# Ahhh,, It Never Ends---Electrical Problem In The House



## William H Bonney (Jan 14, 2003)

Well,,, here goes,, I bought an electric power washer a few years back and it blows the fuse in my house, no matter what outlet I use,,, so I just don't use it anymore,,:lol:. Anyway,,, I just bought a compound miter saw(ridgid,, with the stand and all) and it does the same thing. I can't handle this anymore,, is my house "under-powered"? Or do I just have too much crap plugged in?? I don't think that's the case because I can unplugged everything that's on that fuse and it'll still blow.  Any ideas??


----------



## radiohead (Apr 11, 2006)

You have a fuse box?....or you're tripping a breaker?





William H Bonney said:


> Well,,, here goes,, I bought an electric power washer a few years back and it blows the fuse in my house, no matter what outlet I use,,, so I just don't use it anymore,,:lol:. Anyway,,, I just bought a compound miter saw(ridgid,, with the stand and all) and it does the same thing. I can't handle this anymore,, is my house "under-powered"? Or do I just have too much crap plugged in?? I don't think that's the case because I can unplugged everything that's on that fuse and it'll still blow.  Any ideas??


----------



## Rudi's Dad (May 4, 2004)

Fuse or circuit breaker?, how many amp is the fuse or CB? How old is the house and wiring?


----------



## SPITFIRE (Feb 10, 2005)

how old is the breaker panel? Also if you have tripped that breaker alot, it could have become weaker. If you have an amp meter you could hook that up to the the wire that feeds the problem breaker and see if its tripping before the intended amperage. If it is then replace it. Also check to see that all wire connected to breaker are tight(do this with each breaker turned off first). oops I just noticed you meant fuse not breaker sorry!
I would suggest upgrade to breaker panel if you can afford it. It would have to be brought up to code anyways I think if you sell the house.


----------



## William H Bonney (Jan 14, 2003)

Yeah,, it's fuses,, no breaker. 

I've been thinking of going to a breaker panel but will that help??

Can someone explain the "dynamic's" of the breaker system as opposed to fuses,, I know "what" they are I'm just confused on how I'd get "more" power,,,, it's still the same amount of power coming into the house,, right??


----------



## walleye (Aug 12, 2006)

You don't get more power by using circuit breakers, they are designed to open the circuit quicker than a fuse.

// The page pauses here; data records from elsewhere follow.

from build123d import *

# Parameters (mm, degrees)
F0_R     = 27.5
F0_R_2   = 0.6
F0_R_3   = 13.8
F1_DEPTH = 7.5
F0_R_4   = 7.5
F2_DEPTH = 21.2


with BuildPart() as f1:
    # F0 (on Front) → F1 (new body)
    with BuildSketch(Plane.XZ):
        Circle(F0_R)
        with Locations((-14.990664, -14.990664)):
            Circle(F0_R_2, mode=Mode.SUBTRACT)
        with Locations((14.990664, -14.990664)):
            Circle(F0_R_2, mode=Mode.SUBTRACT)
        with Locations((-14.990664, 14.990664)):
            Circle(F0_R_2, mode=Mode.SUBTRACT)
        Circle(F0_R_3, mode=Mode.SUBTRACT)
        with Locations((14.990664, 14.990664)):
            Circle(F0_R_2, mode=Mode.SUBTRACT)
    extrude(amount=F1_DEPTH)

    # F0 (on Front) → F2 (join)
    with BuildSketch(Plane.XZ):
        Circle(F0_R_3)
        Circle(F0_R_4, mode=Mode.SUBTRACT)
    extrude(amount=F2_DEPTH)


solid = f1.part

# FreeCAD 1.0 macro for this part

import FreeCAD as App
import Part
import Sketcher

V = App.Vector
Q = App.Units.Quantity

doc = App.newDocument("Part")
body = doc.addObject("PartDesign::Body", "Body")

sketch1 = body.newObject("Sketcher::SketchObject", "Sketch")
sketch1.AttachmentSupport = (doc.getObject("XZ_Plane"), [""])
sketch1.MapMode = "FlatFace"
sketch1.addGeometry([
    Part.Circle(V(0, 0, 0), V(0, 0, 1), 27.5),
    Part.Circle(V(-14.990664, -14.990664, 0), V(0, 0, 1), 0.6),
    Part.Circle(V(0, 0, 0), V(0, 0, 1), 13.8),
    Part.Circle(V(14.990664, -14.990664, 0), V(0, 0, 1), 0.6),
    Part.Circle(V(-14.990664, 14.990664, 0), V(0, 0, 1), 0.6),
    Part.Circle(V(14.990664, 14.990664, 0), V(0, 0, 1), 0.6),
], False)
sketch1.addConstraint([
    Sketcher.Constraint("Coincident", 0, 3, -1, 1),
    Sketcher.Constraint("Coincident", 2, 3, -1, 1),
    Sketcher.Constraint("Equal", 1, 3),
    Sketcher.Constraint("Equal", 3, 4),
    Sketcher.Constraint("Equal", 4, 5),
    Sketcher.Constraint("Symmetric", 3, 3, 4, 3, -1, 1),
    Sketcher.Constraint("Symmetric", 1, 3, 5, 3, -1, 1),
    Sketcher.Constraint("Symmetric", 1, 3, 3, 3, -2),
    Sketcher.Constraint("Diameter", 0, Q("55 mm")),
    Sketcher.Constraint("Diameter", 1, Q("1.2 mm")),
    Sketcher.Constraint("Diameter", 2, Q("27.6 mm")),
    Sketcher.Constraint("DistanceX", 1, 3, 3, 3, Q("29.981328 mm")),
    Sketcher.Constraint("DistanceY", 1, 3, 4, 3, Q("29.981328 mm")),
])
pad1 = body.newObject("PartDesign::Pad", "Pad")
pad1.Profile = sketch1
pad1.Length = 7.5

sketch2 = body.newObject("Sketcher::SketchObject", "Sketch001")
sketch2.AttachmentSupport = (doc.getObject("XZ_Plane"), [""])
sketch2.MapMode = "FlatFace"
sketch2.addGeometry([
    Part.Circle(V(0, 0, 0), V(0, 0, 1), 13.8),
    Part.Circle(V(0, 0, 0), V(0, 0, 1), 7.5),
], False)
sketch2.addConstraint([
    Sketcher.Constraint("Coincident", 0, 3, -1, 1),
    Sketcher.Constraint("Coincident", 1, 3, -1, 1),
    Sketcher.Constraint("Diameter", 1, Q("15 mm")),
    Sketcher.Constraint("Diameter", 0, Q("27.6 mm")),
])
pad2 = body.newObject("PartDesign::Pad", "Pad001")
pad2.Profile = sketch2
pad2.Length = 21.2

doc.recompute()
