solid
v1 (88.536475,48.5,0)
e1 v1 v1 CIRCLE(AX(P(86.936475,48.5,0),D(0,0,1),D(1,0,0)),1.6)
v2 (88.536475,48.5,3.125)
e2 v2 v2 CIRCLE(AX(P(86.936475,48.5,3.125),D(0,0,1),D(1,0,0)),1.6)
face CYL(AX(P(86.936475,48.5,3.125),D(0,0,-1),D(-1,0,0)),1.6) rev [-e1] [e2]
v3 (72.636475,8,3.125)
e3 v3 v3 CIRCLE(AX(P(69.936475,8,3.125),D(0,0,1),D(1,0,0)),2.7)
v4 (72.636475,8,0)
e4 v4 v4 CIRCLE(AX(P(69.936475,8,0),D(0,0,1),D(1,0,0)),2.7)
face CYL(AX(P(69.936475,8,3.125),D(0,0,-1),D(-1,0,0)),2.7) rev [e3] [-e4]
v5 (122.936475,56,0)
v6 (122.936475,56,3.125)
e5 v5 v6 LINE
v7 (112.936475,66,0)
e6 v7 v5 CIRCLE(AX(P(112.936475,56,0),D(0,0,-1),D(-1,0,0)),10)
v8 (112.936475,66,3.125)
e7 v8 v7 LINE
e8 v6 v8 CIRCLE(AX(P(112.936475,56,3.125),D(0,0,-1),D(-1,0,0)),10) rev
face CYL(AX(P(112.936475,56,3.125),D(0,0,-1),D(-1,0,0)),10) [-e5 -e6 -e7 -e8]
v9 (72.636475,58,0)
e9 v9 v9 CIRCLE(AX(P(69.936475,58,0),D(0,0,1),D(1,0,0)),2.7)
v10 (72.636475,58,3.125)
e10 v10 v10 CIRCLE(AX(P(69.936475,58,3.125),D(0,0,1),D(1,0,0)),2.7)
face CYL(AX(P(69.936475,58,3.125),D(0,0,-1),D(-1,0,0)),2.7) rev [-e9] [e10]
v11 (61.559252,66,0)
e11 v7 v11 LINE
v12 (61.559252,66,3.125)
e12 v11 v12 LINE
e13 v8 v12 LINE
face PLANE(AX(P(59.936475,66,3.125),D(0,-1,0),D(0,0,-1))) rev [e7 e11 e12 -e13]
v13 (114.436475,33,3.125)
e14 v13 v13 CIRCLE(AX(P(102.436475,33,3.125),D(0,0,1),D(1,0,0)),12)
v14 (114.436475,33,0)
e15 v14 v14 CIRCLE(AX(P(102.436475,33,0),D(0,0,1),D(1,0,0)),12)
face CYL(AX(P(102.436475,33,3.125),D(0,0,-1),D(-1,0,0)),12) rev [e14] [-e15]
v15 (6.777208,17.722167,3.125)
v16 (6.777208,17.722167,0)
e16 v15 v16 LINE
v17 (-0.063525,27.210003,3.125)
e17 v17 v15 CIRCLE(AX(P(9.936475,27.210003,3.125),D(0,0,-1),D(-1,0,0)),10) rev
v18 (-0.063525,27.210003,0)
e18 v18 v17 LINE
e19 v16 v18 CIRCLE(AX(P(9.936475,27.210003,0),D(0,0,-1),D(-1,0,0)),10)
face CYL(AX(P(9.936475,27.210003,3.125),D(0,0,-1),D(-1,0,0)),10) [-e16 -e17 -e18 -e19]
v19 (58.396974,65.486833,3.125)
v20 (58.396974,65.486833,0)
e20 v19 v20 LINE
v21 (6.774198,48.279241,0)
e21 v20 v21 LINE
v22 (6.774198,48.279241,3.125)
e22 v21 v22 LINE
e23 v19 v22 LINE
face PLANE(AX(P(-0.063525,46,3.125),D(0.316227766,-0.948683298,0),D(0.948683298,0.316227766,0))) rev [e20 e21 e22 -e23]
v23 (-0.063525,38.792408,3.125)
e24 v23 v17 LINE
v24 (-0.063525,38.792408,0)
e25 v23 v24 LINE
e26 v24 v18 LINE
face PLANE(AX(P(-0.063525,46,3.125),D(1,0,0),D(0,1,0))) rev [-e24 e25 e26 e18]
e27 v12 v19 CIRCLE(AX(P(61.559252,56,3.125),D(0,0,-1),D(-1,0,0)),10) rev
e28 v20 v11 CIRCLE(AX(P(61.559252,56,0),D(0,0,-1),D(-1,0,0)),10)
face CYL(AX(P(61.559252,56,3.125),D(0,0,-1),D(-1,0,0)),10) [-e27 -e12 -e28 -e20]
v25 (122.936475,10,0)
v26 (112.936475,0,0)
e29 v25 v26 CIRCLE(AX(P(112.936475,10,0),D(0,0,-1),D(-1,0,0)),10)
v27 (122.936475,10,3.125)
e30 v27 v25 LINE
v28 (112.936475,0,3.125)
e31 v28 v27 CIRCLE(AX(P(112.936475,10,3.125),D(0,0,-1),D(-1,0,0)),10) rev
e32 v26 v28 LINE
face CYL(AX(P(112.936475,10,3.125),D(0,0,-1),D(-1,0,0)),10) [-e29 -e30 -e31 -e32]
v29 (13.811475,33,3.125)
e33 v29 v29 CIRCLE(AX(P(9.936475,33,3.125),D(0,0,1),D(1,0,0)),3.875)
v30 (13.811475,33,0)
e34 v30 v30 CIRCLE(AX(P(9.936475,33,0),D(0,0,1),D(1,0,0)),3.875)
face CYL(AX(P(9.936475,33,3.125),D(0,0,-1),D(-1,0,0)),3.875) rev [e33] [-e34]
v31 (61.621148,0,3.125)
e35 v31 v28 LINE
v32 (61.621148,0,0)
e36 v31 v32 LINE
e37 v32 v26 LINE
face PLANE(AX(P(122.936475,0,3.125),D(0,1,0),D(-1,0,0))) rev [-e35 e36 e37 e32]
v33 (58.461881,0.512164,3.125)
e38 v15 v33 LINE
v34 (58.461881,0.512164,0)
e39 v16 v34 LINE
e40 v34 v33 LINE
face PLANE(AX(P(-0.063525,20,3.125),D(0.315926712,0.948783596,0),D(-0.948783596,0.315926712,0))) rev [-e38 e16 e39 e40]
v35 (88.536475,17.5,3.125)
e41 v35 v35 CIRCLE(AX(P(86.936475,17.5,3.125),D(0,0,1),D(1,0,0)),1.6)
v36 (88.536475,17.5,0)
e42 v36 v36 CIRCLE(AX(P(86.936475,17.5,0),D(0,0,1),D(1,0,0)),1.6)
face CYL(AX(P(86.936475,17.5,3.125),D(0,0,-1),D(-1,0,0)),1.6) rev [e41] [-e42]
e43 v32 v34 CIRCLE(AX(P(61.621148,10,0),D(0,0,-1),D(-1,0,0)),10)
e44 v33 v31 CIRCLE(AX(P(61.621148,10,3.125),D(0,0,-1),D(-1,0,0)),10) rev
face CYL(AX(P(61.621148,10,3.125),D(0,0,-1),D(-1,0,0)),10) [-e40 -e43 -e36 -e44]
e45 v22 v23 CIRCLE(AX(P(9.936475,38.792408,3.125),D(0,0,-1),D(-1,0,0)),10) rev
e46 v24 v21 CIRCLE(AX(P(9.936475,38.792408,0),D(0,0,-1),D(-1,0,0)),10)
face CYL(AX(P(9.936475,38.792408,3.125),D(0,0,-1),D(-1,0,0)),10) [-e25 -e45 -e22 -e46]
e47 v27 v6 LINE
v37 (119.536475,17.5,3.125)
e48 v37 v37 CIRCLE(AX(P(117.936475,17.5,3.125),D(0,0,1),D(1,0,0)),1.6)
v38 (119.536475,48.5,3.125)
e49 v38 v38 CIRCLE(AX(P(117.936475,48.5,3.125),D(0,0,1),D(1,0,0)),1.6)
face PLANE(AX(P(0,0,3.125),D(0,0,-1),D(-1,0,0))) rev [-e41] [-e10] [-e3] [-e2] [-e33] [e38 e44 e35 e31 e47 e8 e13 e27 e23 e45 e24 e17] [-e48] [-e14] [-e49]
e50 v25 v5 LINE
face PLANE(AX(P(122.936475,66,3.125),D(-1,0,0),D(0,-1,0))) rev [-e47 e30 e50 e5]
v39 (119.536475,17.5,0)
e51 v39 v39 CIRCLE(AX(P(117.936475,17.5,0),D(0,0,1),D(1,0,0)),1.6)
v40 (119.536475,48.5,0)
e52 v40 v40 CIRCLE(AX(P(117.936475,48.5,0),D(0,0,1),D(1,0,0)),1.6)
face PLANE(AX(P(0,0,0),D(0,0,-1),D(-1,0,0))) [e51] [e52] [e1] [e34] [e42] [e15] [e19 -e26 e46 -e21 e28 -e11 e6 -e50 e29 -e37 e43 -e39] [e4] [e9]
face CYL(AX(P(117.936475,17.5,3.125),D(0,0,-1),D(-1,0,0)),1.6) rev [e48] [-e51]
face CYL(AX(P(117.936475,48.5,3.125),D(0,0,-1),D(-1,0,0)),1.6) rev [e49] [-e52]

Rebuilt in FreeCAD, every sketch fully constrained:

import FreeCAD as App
import Part
import Sketcher
from FreeCAD import Vector
Q = App.Units.Quantity


def edges_at(feature, points):
    """Names of the edges that pass closest to the given points."""
    edges = feature.Shape.Edges
    near = lambda p: min(range(len(edges)), key=lambda i: edges[i].distToShape(Part.Vertex(*p))[0])
    return sorted({f"Edge{near(p) + 1}" for p in points})

doc = App.newDocument("Part")
body = doc.addObject("PartDesign::Body", "Body")

# Sketch on XY plane
sketch1 = body.newObject("Sketcher::SketchObject", "Sketch")
sketch1.AttachmentSupport = (doc.getObject("XY_Plane"), [""])
sketch1.MapMode = "FlatFace"
sketch1.addGeometry([
    Part.LineSegment(Vector(-0.063525, 46, 0), Vector(-0.063525, 20, 0)),  # 0
    Part.LineSegment(Vector(-0.063525, 20, 0), Vector(60, 0, 0)),  # 1
    Part.LineSegment(Vector(60, 0, 0), Vector(122.936475, 0, 0)),  # 2
    Part.LineSegment(Vector(122.936475, 0, 0), Vector(122.936475, 66, 0)),  # 3
    Part.LineSegment(Vector(122.936475, 66, 0), Vector(59.936475, 66, 0)),  # 4
    Part.LineSegment(Vector(59.936475, 66, 0), Vector(-0.063525, 46, 0)),  # 5
    Part.Circle(Vector(69.936475, 8, 0), Vector(0, 0, 1), 2.7),  # 6
    Part.Circle(Vector(86.936475, 17.5, 0), Vector(0, 0, 1), 1.6),  # 7
    Part.Circle(Vector(117.936475, 17.5, 0), Vector(0, 0, 1), 1.6),  # 8
    Part.Circle(Vector(9.936475, 33, 0), Vector(0, 0, 1), 3.875),  # 9
    Part.Circle(Vector(102.436475, 33, 0), Vector(0, 0, 1), 12),  # 10
    Part.Circle(Vector(86.936475, 48.5, 0), Vector(0, 0, 1), 1.6),  # 11
    Part.Circle(Vector(69.936475, 58, 0), Vector(0, 0, 1), 2.7),  # 12
    Part.Circle(Vector(117.936475, 48.5, 0), Vector(0, 0, 1), 1.6),  # 13
], False)
sketch1.addConstraint([
    Sketcher.Constraint("Coincident", 0, 2, 1, 1),
    Sketcher.Constraint("Coincident", 1, 2, 2, 1),
    Sketcher.Constraint("Coincident", 2, 2, 3, 1),
    Sketcher.Constraint("Coincident", 3, 2, 4, 1),
    Sketcher.Constraint("Coincident", 4, 2, 5, 1),
    Sketcher.Constraint("Coincident", 5, 2, 0, 1),
    Sketcher.Constraint("Vertical", 0),
    Sketcher.Constraint("Horizontal", 2),
    Sketcher.Constraint("Vertical", 3),
    Sketcher.Constraint("Horizontal", 4),
    Sketcher.Constraint("Equal", 7, 8),
    Sketcher.Constraint("Equal", 8, 11),
    Sketcher.Constraint("Equal", 6, 12),
    Sketcher.Constraint("Equal", 11, 13),
    Sketcher.Constraint("PointOnObject", 1, 2, -1),
    Sketcher.Constraint("Horizontal", 7, 3, 8, 3),
    Sketcher.Constraint("Horizontal", 9, 3, 10, 3),
    Sketcher.Constraint("Horizontal", 11, 3, 13, 3),
    Sketcher.Constraint("Vertical", 7, 3, 11, 3),
    Sketcher.Constraint("Vertical", 6, 3, 12, 3),
    Sketcher.Constraint("Vertical", 8, 3, 13, 3),
    Sketcher.Constraint("Diameter", 10, Q("24 mm")),
    Sketcher.Constraint("Diameter", 6, Q("5.4 mm")),
    Sketcher.Constraint("Diameter", 7, Q("3.2 mm")),
    Sketcher.Constraint("Diameter", 9, Q("7.75 mm")),
    Sketcher.Constraint("DistanceX", 4, 2, 4, 1, Q("63 mm")),
    Sketcher.Constraint("DistanceY", 0, 2, 0, 1, Q("26 mm")),
    Sketcher.Constraint("DistanceY", 3, 1, 3, 2, Q("66 mm")),
    Sketcher.Constraint("DistanceY", -1, 1, 6, 3, Q("8 mm")),
    Sketcher.Constraint("DistanceY", -1, 1, 9, 3, Q("33 mm")),
    Sketcher.Constraint("DistanceY", -1, 1, 12, 3, Q("58 mm")),
    Sketcher.Constraint("DistanceY", -1, 1, 0, 2, Q("20 mm")),
    Sketcher.Constraint("DistanceX", -1, 1, 1, 2, Q("60 mm")),
    Sketcher.Constraint("DistanceX", 6, 3, 7, 3, Q("17 mm")),
    Sketcher.Constraint("DistanceX", 7, 3, 8, 3, Q("31 mm")),
    Sketcher.Constraint("DistanceX", 9, 3, 6, 3, Q("60 mm")),
    Sketcher.Constraint("DistanceY", 7, 3, 11, 3, Q("31 mm")),
    Sketcher.Constraint("DistanceX", 0, 2, 9, 3, Q("10 mm")),
    Sketcher.Constraint("DistanceX", 8, 3, 2, 2, Q("5 mm")),
    Sketcher.Constraint("DistanceY", -1, 1, 7, 3, Q("17.5 mm")),
    Sketcher.Constraint("DistanceX", 7, 3, 10, 3, Q("15.5 mm")),
    Sketcher.Constraint("Distance", 1, Q("63.305821 mm")),
])
pad1 = body.newObject("PartDesign::Pad", "Pad")
pad1.Profile = sketch1
pad1.Length = 3.125
doc.recompute()

fillet = body.newObject("PartDesign::Fillet", "Fillet")
fillet.Base = (pad1, edges_at(pad1, [
    (59.936, 66, 1.562),
    (122.936, 66, 1.562),
    (122.936, 0, 1.562),
    (60, 0, 1.562),
    (-0.064, 20, 1.562),
    (-0.064, 46, 1.562),
]))
fillet.Radius = 10

doc.recompute()
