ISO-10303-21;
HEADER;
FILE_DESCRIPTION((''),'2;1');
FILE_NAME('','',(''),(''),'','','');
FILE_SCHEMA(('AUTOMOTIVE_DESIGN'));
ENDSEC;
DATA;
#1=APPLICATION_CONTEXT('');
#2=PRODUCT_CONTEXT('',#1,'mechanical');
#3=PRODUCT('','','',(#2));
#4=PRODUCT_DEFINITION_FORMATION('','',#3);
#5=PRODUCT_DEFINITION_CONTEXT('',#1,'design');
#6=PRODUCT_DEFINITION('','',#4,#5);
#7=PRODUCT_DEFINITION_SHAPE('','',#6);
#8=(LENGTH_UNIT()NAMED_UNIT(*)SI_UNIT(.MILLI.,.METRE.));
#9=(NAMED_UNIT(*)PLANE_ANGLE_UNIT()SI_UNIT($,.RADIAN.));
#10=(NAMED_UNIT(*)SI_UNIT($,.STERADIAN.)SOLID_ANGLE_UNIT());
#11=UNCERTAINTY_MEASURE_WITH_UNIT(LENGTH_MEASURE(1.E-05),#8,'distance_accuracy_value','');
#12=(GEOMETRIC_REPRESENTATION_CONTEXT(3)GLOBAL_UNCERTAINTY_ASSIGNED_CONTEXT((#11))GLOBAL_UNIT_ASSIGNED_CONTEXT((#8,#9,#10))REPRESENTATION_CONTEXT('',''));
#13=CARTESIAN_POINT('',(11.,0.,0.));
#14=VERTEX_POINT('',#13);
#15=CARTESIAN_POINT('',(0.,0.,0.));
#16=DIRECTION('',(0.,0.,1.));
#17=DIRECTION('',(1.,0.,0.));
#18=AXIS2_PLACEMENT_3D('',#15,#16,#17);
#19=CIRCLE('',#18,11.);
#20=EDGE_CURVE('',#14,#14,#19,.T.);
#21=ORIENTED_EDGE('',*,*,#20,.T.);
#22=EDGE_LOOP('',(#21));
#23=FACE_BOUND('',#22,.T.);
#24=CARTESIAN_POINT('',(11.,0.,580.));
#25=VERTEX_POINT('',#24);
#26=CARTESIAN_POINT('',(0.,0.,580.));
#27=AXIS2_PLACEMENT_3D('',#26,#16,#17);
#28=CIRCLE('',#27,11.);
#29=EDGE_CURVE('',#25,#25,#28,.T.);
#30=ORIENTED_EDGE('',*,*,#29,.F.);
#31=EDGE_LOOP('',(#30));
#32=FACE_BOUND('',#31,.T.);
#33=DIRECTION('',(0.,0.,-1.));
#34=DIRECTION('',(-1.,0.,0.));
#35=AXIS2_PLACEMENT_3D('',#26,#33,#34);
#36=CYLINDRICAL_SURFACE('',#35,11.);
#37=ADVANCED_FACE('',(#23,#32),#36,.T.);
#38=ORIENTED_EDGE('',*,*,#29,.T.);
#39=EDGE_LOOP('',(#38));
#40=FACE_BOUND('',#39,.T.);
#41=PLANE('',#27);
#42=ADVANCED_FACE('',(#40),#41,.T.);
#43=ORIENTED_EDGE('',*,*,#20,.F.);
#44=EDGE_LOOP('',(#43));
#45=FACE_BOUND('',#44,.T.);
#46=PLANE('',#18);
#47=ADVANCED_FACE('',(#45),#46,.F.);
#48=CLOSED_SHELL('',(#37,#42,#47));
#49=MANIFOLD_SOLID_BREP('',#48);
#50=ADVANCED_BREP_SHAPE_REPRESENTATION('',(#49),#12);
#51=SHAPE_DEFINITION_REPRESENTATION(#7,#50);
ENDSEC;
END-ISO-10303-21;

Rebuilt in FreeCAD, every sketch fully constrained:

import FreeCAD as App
import Part
import Sketcher

V = App.Vector
Q = App.Units.Quantity

doc = App.newDocument("Part")
params = doc.addObject("Spreadsheet::Sheet", "Params")
for row, (alias, value) in enumerate([
    ("sketch1_diameter", "22 mm"),
    ("pad1_length", "580 mm"),
], start=1):
    params.set(f"A{row}", alias)
    params.set(f"B{row}", "=" + value)
    params.setAlias(f"B{row}", alias)

body = doc.addObject("PartDesign::Body", "Body")

# Sketch on XY plane
sketch1 = body.newObject("Sketcher::SketchObject", "Sketch")
sketch1.AttachmentSupport = (doc.getObject("XY_Plane"), [""])
sketch1.MapMode = "FlatFace"
sketch1.addGeometry(Part.Circle(V(0, 0, 0), V(0, 0, 1), 11), False)
sketch1.addConstraint([
    Sketcher.Constraint("Coincident", 0, 3, -1, 1),
    Sketcher.Constraint("Diameter", 0, Q("22 mm")),
])
sketch1.setExpression("Constraints[1]", "Params.sketch1_diameter")
pad1 = body.newObject("PartDesign::Pad", "Pad")
pad1.Profile = sketch1
pad1.setExpression("Length", "Params.pad1_length")

doc.recompute()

The problem with your power equipment is that it's drawing more than 15A on start-up and that's what's blowing your fuse. I assume the circuit it's on is fused at 15A.


----------



## William H Bonney (Jan 14, 2003)

walleye said:


> You don't get more power by using circuit breakers, they are designed to open the circuit quicker than a fuse.
> 
> The problem with your power equipment is that it's drawing more than 15A on start-up and that's what's blowing your fuse. I assume the circuit it's on is fused at 15A.


Yep,, 15amp fuse. I think I'm starting to understand now,,, I think.:lol:


----------



## GullLkRltr (Dec 13, 2005)

Had the same problem last week firing up an air compressor, solved it by using a dual element fuse which was same amp fuse but they're made to take motor start up without blowing.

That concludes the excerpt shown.